| Subcribe via RSS

Nagios: Monitor more with NRPE (Nagios Remote Plugin Executor)

July 13th, 2009 | 3 Comments | Posted in General Site, Nagios, Networking, Security

Previous reading:

Nagios set-up guide #1 – http://vkernel.co.uk/?p=36

Nagios set-up guide #2 - http://vkernel.co.uk/?p=41

Using NRPE – Nagios Remote Plugin Executor, as the name suggests, allows us to remote execute plugins to retrieve data which will be of some use to us in a monitoring capacity.

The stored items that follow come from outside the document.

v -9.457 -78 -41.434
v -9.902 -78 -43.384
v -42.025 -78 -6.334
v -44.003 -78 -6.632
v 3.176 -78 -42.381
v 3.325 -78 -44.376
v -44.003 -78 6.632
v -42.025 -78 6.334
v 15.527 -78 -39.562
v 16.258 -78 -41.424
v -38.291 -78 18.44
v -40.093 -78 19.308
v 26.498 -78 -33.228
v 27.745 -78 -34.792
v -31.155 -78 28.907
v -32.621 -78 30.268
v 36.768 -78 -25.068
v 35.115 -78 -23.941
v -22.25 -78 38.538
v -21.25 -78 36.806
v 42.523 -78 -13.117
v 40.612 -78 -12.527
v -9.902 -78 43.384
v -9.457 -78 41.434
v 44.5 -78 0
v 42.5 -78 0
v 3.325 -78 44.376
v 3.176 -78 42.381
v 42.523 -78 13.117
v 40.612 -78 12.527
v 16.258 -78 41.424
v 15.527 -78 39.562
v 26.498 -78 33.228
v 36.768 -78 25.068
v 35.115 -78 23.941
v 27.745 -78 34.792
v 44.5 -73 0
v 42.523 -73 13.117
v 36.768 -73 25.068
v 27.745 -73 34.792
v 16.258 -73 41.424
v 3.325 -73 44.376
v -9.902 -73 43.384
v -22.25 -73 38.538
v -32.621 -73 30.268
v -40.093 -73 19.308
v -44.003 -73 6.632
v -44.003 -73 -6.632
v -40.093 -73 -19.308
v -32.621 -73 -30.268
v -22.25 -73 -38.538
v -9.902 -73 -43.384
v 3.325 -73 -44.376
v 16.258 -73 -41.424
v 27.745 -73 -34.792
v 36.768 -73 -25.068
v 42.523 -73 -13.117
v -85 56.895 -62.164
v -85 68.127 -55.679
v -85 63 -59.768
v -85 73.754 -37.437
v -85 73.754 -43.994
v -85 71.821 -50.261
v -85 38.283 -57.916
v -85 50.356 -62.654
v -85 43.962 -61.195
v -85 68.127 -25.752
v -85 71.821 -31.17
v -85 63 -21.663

Normal check_nt! style Nagios commands work well but are pretty primitive. NRPE provides you with the framework to do much much more with your newly created monitoring solution, such as monitoring Microsoft Exchange functions, check the status and completion state of Veritas and Symantec BackupExec products, and lots of other neat little features.

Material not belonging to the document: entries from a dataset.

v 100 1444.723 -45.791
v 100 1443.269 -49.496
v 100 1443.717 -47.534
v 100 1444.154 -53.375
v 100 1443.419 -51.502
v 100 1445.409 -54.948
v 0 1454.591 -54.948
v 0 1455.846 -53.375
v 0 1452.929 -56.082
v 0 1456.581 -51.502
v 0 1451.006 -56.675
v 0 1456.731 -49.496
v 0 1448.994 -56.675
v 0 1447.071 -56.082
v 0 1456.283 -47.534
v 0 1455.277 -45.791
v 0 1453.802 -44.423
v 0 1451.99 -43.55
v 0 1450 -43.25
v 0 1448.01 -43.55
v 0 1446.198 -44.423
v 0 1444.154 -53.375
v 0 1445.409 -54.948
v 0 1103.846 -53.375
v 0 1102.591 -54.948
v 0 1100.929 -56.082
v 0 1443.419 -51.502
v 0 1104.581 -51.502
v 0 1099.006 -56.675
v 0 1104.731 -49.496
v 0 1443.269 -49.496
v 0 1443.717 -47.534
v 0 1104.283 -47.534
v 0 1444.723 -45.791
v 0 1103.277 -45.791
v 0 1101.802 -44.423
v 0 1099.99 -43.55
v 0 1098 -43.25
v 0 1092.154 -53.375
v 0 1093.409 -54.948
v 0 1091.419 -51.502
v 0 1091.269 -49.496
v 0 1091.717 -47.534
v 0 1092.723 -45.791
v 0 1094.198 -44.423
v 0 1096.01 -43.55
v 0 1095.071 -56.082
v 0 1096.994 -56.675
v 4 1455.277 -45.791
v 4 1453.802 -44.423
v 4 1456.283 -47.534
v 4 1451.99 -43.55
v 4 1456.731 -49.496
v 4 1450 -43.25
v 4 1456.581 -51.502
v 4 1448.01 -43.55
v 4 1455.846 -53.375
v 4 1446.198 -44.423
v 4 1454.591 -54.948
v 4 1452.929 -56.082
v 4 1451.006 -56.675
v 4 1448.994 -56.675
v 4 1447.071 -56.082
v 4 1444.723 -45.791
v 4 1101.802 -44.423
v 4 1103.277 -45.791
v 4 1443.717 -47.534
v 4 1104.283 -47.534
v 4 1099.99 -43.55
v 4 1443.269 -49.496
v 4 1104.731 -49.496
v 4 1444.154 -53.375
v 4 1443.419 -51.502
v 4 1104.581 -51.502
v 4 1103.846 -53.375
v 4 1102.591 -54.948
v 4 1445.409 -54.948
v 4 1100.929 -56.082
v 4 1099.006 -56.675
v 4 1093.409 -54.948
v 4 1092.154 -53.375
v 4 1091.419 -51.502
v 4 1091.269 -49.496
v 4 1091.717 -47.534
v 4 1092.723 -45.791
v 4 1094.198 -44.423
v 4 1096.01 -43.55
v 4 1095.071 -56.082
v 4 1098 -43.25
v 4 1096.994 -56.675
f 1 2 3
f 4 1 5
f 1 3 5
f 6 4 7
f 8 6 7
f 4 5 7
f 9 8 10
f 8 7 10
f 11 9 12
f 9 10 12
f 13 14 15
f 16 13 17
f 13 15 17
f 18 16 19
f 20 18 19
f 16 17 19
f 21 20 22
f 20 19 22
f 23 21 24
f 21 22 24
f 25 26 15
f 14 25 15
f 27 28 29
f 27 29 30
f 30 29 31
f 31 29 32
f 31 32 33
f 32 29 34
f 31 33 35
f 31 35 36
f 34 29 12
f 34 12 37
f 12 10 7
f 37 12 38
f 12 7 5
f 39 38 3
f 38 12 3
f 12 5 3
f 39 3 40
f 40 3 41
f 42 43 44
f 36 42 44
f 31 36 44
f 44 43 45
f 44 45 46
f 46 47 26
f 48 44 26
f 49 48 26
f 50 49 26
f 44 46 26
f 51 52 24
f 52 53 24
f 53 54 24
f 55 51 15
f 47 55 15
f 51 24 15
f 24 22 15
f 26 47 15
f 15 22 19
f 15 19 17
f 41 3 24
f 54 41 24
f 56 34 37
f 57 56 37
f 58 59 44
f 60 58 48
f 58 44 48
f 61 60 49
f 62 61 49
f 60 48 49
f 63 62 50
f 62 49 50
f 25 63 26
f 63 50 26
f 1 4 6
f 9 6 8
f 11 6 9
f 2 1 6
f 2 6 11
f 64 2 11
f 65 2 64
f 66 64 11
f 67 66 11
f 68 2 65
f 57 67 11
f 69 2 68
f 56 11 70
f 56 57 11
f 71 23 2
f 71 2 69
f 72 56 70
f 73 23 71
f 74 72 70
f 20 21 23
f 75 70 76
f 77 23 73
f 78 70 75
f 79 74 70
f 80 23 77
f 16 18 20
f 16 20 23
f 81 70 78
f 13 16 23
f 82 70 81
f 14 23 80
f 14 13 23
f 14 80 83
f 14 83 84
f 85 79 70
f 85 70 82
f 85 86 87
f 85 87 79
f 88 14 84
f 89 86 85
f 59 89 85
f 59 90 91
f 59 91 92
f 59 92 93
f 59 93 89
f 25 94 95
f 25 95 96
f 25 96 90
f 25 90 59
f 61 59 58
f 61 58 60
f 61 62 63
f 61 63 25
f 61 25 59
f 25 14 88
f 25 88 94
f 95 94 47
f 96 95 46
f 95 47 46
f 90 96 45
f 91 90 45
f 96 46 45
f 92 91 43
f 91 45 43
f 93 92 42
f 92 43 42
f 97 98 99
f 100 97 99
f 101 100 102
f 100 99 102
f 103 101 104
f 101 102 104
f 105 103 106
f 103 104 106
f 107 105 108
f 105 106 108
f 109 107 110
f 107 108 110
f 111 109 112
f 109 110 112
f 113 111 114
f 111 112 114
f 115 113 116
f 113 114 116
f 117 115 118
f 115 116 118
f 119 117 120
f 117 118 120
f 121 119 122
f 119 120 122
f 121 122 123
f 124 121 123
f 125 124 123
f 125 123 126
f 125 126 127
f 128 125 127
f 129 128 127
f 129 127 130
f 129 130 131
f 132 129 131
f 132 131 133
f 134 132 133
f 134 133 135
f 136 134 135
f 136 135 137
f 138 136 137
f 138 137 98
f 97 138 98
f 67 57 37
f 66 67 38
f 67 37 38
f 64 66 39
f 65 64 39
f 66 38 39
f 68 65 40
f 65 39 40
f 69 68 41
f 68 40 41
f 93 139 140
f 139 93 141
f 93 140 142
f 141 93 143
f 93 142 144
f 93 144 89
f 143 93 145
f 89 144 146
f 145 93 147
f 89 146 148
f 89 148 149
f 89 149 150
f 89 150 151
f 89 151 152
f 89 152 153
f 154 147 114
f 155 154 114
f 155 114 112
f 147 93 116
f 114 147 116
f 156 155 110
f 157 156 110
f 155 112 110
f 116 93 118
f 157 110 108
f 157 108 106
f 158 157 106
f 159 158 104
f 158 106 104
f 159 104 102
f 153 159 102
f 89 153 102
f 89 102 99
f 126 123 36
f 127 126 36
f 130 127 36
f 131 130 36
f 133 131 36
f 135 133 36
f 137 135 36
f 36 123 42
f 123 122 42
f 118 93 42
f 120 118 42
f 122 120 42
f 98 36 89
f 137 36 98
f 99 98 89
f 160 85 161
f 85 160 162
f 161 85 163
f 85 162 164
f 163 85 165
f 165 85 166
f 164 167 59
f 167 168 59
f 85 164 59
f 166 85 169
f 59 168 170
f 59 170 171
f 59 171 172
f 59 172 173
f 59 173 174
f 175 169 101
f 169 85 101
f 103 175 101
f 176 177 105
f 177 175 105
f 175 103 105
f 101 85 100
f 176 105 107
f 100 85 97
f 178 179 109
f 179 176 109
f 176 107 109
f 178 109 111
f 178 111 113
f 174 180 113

There is very little point me re-iterating how to install NRPE, as i will be only spoon feeding you information from this fantastic guide which i learned from – written by Jonathan Lydard and Tony Reix of bull.net : http://nfsv4.bullopensource.org/doc/admin_tools/latex_doc/installNRPE.pdf

The basic gist of the guide, is to download the NRPE files from http://www.nagios.org/download and do a “tar -zxvf nagiosfilename.tar.gz”.

Then “cd nagios…”. Once inside the nagios directory, do a “./configure”, followed by a “make && make install” command.

Next, run “cp src/nrpe /usr/bin”, “cp src/check_nrpe /usr/local/nagios/libexec” and “cp sample-config/nrpe.cfg /etc”. This copies all the relevant files into directories which will allow it to play nice and integrate with the original Nagios install. Finally, you will need to start the NRPE service as a daemon by running the following command “nrpe -c /etc/nrpe.cfg -d”.

Finally, open up “/usr/local/nagios/etc/objects/commands.cfg” and add the line:

# ’check_nrpe’ command definition define command{
command_name check_nrpe
command_line $USER1$/check_nrpe -H $HOSTADDRESS$ -c $ARG1$
}

This is all you need to do on your server to enable NRPE. Easy eh, and people say Linux is hard (sarcasm). If you have any dependencies make sure you read the error and either google it (people will have the same issue as you), or try “yum install missing-package” or “apt-get install missing-package” for RHEL/CentOS and Ubuntu respectively, where missing-package is the package in the error message – i.e. gcc.

Now, you will need to configure the remote server to listen for NRPE and to respond to it correctly. Firstly, check and make sure that TCP 5666/5667 on the external IP address is being forwarded to the LAN IP of your remote host i.e. your server. This is the port NRPE listens on by default (Nagios listens on 12489 by default). Once we have ensured connectivity, you will need to open up your NSC.ini file (C:/Program Files/NSClient++). Towards the bottom of the file you will see the following lines:

[NRPE Handlers]
;# COMMAND DEFINITIONS
;# Command definitions that this daemon will run.
;# Can be either NRPE syntax:
command[check_users]=/usr/local/nagios/libexec/check_users -w 5 -c 10
;# Or simplified syntax:
test=c:\test.bat foo $ARG1$ bar
;check_disk1=/usr/local/nagios/libexec/check_disk -w 5 -c 10
check_cpu=inject checkCPU warn=80 crit=90 5 10 15
...
nrpe_cpu=inject checkCPU warn=80 crit=90 5 10 15

These are the commands that Nagios via NRPE will be running, and the commands we will be specifying in our objects file. In order for the command to be retrievable, you need to uncomment it by deleting the “;” infront of it. Save the file and restart the “NSClient++” service via Services.msc (Start -> Run ->..).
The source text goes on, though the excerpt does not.